Le cycle de la Grèce
On admet communément que le concept de démocratie est né en Grèce; que la Grèce est intellectuellement, philosophiquement et politiquement à la source même de l'Europe , à qui elle a d'ailleurs donné le nom.
L'Histoire, dont on sait qu'elle ne se répète pas, va dérouler l'épisode selon la dimension cyclique qui régit les affaires du monde.
La Grèce devrait en effet nous offrir le spectacle du délitement complet de l'Europe moderne.
Elle en sera une des causes, mais non la seule puisque l'on peut plus ou moins arbitrairement penser que le Traité de Nice a constitué le début de la fin.

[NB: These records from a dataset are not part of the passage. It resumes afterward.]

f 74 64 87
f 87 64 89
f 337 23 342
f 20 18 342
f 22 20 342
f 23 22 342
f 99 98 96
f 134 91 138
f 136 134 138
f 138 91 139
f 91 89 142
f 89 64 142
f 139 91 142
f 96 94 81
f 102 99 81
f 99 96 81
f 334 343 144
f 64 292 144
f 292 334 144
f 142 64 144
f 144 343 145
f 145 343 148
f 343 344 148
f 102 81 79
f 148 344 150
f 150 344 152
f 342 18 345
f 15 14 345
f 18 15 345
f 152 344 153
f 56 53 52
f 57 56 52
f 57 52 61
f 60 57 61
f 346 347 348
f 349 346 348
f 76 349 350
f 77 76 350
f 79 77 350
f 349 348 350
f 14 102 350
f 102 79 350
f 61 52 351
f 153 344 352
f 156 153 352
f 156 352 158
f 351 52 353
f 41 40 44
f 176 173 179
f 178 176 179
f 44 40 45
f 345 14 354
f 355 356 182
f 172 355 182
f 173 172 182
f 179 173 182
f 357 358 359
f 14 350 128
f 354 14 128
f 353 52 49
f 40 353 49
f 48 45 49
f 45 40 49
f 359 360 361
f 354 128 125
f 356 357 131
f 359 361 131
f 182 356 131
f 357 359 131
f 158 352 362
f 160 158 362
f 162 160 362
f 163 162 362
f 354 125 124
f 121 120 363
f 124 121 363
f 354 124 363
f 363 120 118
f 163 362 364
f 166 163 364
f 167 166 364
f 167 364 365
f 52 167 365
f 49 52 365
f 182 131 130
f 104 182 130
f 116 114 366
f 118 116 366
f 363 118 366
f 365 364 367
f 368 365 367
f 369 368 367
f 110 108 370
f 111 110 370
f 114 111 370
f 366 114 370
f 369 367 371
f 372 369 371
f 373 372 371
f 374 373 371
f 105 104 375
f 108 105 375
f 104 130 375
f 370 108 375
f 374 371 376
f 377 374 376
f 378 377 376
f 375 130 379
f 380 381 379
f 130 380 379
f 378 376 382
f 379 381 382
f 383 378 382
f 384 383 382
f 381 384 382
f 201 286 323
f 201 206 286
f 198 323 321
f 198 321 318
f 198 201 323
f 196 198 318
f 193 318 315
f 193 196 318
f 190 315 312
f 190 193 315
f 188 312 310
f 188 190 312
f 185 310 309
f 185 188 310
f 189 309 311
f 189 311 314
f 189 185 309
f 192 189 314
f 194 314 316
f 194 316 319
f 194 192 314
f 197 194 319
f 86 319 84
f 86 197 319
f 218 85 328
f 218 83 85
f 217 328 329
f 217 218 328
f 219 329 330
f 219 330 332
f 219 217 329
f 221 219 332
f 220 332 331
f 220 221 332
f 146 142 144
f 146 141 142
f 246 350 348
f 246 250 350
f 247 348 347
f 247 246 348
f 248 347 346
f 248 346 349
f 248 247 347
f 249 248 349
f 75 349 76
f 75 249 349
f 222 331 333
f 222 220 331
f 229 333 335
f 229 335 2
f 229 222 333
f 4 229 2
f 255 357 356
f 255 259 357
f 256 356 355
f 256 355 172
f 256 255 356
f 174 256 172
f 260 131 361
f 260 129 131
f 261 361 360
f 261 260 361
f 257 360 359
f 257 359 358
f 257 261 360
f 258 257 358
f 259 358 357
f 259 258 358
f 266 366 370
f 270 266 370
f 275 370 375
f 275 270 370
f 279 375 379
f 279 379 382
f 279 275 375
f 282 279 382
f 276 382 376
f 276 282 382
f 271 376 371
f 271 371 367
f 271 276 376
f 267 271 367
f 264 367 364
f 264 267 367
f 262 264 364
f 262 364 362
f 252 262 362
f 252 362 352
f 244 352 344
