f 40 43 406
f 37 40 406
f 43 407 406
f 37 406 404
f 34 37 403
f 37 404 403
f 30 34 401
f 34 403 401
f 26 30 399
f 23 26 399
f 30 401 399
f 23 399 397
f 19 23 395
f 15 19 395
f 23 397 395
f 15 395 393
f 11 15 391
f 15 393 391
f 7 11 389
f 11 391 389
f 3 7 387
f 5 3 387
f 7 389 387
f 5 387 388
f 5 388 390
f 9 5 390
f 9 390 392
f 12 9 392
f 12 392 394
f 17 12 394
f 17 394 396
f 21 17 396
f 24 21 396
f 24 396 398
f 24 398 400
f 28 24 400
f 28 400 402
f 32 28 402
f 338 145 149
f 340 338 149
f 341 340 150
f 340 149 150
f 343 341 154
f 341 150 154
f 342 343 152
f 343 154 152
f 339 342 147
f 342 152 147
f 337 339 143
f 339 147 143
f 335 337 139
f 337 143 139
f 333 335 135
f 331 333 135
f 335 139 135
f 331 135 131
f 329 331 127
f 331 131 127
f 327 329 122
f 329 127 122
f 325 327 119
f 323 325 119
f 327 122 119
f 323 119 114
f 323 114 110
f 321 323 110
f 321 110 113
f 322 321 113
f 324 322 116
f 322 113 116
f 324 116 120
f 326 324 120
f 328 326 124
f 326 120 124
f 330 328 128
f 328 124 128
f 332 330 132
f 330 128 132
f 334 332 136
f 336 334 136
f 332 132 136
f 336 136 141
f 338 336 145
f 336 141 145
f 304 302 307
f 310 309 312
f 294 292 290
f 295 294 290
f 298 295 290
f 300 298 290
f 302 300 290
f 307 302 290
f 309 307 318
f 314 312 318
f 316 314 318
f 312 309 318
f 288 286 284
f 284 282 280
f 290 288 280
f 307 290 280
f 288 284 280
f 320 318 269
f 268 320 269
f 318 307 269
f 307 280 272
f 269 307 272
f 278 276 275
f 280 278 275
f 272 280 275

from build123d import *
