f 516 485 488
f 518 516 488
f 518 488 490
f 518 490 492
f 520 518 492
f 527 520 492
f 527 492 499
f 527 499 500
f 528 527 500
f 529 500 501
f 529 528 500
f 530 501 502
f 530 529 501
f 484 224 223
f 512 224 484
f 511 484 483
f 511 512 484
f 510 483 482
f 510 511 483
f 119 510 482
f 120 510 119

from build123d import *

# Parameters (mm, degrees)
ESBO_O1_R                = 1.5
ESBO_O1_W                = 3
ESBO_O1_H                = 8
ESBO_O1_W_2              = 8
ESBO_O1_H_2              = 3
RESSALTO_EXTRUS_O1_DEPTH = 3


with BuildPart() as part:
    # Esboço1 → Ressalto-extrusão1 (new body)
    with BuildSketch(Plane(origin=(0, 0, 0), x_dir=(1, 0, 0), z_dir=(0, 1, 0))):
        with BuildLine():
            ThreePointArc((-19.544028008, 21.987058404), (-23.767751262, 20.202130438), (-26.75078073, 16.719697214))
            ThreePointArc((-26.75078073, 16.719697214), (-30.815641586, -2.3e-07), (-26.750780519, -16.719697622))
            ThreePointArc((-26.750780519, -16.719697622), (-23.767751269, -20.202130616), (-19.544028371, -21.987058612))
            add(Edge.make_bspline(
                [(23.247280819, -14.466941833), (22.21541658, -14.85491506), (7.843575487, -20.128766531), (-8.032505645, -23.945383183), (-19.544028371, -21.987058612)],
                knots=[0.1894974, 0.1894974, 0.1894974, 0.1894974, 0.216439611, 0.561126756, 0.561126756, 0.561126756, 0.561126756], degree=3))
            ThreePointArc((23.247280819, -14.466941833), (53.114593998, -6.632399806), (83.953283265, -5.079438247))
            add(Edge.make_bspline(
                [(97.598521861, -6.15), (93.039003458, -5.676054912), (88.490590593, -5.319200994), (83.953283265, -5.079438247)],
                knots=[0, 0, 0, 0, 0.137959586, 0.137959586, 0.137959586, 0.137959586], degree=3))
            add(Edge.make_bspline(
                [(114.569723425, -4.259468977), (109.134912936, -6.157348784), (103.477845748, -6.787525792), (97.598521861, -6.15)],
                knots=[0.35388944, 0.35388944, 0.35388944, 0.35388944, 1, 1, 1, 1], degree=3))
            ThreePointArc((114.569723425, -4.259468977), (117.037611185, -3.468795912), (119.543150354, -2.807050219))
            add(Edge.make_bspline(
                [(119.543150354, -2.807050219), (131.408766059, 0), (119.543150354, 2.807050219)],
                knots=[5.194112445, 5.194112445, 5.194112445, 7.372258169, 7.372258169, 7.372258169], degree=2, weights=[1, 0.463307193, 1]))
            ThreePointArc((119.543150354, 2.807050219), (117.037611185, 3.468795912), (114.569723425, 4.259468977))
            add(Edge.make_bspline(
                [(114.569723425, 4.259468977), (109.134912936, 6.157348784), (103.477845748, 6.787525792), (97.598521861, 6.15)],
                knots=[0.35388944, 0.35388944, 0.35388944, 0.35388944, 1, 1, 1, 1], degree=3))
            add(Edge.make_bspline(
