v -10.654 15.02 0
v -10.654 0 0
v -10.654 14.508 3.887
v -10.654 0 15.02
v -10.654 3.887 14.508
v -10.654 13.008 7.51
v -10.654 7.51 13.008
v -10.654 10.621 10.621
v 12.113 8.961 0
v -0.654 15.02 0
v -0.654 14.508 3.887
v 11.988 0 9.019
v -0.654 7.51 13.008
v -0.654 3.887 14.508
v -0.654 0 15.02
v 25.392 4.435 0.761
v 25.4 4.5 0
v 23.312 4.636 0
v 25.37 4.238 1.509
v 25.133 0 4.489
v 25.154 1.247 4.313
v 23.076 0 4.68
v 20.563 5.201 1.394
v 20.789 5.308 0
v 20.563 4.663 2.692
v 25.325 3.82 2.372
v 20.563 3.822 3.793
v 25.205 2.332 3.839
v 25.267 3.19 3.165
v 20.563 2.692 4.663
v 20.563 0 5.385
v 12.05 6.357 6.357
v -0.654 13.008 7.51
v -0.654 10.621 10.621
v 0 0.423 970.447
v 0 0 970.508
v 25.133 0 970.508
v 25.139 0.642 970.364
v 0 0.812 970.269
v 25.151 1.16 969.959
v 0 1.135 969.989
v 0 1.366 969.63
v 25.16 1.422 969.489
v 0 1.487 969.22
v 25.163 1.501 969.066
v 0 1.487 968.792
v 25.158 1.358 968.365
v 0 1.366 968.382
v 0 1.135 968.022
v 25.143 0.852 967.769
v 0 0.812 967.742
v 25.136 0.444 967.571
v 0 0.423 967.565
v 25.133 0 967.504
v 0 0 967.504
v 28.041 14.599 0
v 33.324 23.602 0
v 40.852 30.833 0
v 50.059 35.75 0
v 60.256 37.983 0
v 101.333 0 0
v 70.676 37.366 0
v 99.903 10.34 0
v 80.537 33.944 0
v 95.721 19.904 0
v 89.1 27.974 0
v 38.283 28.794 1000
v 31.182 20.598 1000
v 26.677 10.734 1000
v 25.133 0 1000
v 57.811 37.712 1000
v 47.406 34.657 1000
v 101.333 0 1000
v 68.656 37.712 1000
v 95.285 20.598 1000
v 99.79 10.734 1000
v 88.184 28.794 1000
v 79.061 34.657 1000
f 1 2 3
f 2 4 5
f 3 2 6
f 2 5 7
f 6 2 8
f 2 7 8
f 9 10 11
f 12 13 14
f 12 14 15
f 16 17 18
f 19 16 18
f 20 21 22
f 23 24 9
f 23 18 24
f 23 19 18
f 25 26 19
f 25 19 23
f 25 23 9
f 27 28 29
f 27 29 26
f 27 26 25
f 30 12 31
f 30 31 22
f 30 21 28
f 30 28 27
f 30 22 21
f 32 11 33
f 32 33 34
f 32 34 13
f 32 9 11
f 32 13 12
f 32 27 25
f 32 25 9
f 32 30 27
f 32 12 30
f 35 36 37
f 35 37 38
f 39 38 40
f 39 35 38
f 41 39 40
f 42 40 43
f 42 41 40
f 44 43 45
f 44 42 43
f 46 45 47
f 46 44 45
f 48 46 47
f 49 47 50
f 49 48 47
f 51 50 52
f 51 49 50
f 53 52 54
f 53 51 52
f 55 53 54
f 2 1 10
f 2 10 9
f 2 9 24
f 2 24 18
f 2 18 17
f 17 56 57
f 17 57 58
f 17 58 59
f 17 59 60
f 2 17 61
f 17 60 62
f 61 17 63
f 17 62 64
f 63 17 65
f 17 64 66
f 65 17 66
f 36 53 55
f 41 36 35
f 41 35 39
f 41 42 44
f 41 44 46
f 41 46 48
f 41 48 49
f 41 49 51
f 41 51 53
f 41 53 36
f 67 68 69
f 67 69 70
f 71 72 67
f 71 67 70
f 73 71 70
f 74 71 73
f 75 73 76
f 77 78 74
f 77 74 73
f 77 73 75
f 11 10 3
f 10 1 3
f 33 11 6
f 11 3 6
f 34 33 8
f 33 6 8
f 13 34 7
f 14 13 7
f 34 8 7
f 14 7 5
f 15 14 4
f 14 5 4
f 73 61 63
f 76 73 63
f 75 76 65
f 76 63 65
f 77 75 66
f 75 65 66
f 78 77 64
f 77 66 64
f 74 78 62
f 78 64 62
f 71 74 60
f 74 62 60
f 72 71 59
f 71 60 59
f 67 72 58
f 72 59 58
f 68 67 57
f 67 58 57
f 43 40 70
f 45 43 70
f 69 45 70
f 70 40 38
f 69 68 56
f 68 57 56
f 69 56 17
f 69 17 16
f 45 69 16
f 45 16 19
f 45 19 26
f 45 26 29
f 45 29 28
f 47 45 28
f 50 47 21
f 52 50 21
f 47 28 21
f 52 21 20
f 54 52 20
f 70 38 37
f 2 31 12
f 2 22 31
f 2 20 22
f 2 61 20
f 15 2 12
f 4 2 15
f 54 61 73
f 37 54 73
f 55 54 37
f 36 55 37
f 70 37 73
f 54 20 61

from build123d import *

# Parameters (mm, degrees)
REVOLVE3_ANGLE      = 90
BOSS_EXTRUDE2_DEPTH = 1000
BOSS_EXTRUDE4_DEPTH = 50


with BuildPart() as part:
    # Sketch2 → Revolve3 (revolve)
    with BuildSketch(Plane.XY):
        with BuildLine():
            Line((-0.654182434, 15.02), (-10.654182434, 15.02))
            Line((-10.654182434, 15.02), (-10.654182434, 0))
            Line((-10.654182434, 0), (0, 0))
            Line((0, 0), (25.4, 0))
            Line((25.4, 0), (35.4, 0))
            Line((35.4, 0), (35.4, 4.5))
            Line((35.4, 4.5), (25.4, 4.5))
            add(Edge.make_bspline(
                [(-0.654182434, 15.02), (-0.219836229, 14.810704372), (0.610598489, 14.410982375), (2.74095302, 13.386545583), (4.34709547, 12.619135975), (6.701613478, 11.49599419), (8.606916476, 10.59589253), (10.790885987, 9.570629713), (12.810835282, 8.63757915), (14.944119423, 7.669787097), (16.950761864, 6.79193378), (18.75556814, 6.044207346), (20.238794329, 5.486207444), (21.39416777, 5.103578745), (22.215591012, 4.870934478), (22.897035956, 4.710298297), (23.464492683, 4.605633048), (23.954091395, 4.538072471), (24.354277235, 4.503624983), (24.669284768, 4.488813447), (24.918595629, 4.485402054), (25.124701431, 4.488218611), (25.279381224, 4.493757229), (25.359889237, 4.497669109), (25.4, 4.5)],
                knots=[0.083771138, 0.083771138, 0.083771138, 0.083771138, 0.083771138, 0.152014176, 0.220257214, 0.288500251, 0.356743288, 0.424986327, 0.493229366, 0.561472406, 0.629715448, 0.697958493, 0.757156968, 0.791278497, 0.81934393, 0.841893906, 0.858954658, 0.874282948, 0.887931591, 0.900718778, 0.906405686, 0.912092593, 0.917779499, 0.923466404, 0.923466404, 0.923466404, 0.923466404, 0.923466404], degree=4))
        make_face()
    revolve(axis=Axis((0, 0, 0), (1, 0, 0)), revolution_arc=REVOLVE3_ANGLE)

    # Sketch11 → Boss-Extrude2 (add)
    with BuildSketch(Plane.XY):
        with BuildLine():
            Line((25.133318649, 0), (101.333318649, 0))
            ThreePointArc((101.333318649, 0), (63.233318649, 38.1), (25.133318649, 0))
        make_face()
    extrude(amount=BOSS_EXTRUDE2_DEPTH)

    # Sketch16 → Boss-Extrude4 (add)
    with BuildSketch(Plane(origin=(0, 0, 0), x_dir=(0, 0, -1), z_dir=(1, 0, 0))):
        with BuildLine():
            Line((-967.503760297, 0), (-970.507760297, 0))
            ThreePointArc((-970.507760297, 0), (-969.005760297, 1.502), (-967.503760297, 0))
        make_face()
    extrude(amount=BOSS_EXTRUDE4_DEPTH)


solid = part.part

En acceptant l'élargissement de l'Union Européenne sans en modifier les statuts -principalement par le maintien de l'unanimisme, mais aussi en refusant d'avancer vers un gouvernement économique et diplomatique commun- les dirigeants de l'époque, dont les successeurs furent souvent les assistants ont anéanti la dynamique novatrice et créatrice d'une expérience unique dans l'Histoire de l'humanité, qui a vu 27 pays au passé chargé de multitudes de guerres mutuelles se lier et construire ensemble un territoire que l'on croyait partagé.
Alors qu'il n'était que commun.
Les plus importantes banques européennes se sont ruées sur le marché qu'offrait une couverture floue mais réelle de chacun par tous, et accordé des crédits à tout-va.
Certains les ont plus ou moins bien utilisés.
La plupart, enivrés par une manne qui semblait ne jamais devoir se tarir se sont mis à dépenser presque sans compter, et investir presque sans discernement.
Par manque d'imagination (le défaut le plus général et le plus patent de l'UE), par insuffisance intellectuelle et politique ou par nepotisme, plusieurs pays ont simplement dépensé des budgets dans le but de pouvoir en réclamer au moins autant ultérieurement.
On a ainsi vu fleurir des projets immobiliers indécents, inutiles, polluants, défigurants.
On a vu fleurir les autoroutes, qui sont des infrastructures certes utiles mais peu en accord avec une situation géopolitique où le réchauffement climatique , la course au pétrole et les délocalisations de l'industrie automobile auraient dû favoriser la construction de réseaux ferroviaires, de développement d'industries orientées vers l'autonomie énergétique.
Sur ce sujet-là au contraire, les projets rivaux et suicidaires de pipe-line directement branchés sur la Russie ont exemplifiés l'égoïsme et la courte vue des politiques.
Quantité de projets dans les domaines de la défense , de la recherche scientifique, de la santé entre autres ont été démarrés et après avoir englouti de confortables sommes, ont été abandonnés ou réduits principalement du fait de réflexes nationaux voulant favoriser les groupes industriels locaux.
L'innovation en général, à laquelle des crédits fantastiques ont été alloués, (sans commune mesure avec les levées de fonds privés plus limités mais qui ont pourtant permis tant de réalisations outre-Atlantique) a souvent fait défaut à cause d'une bureaucratie démesurée sans contact avec la réalité, incapable de mettre en relation les différents ateliers ou labos.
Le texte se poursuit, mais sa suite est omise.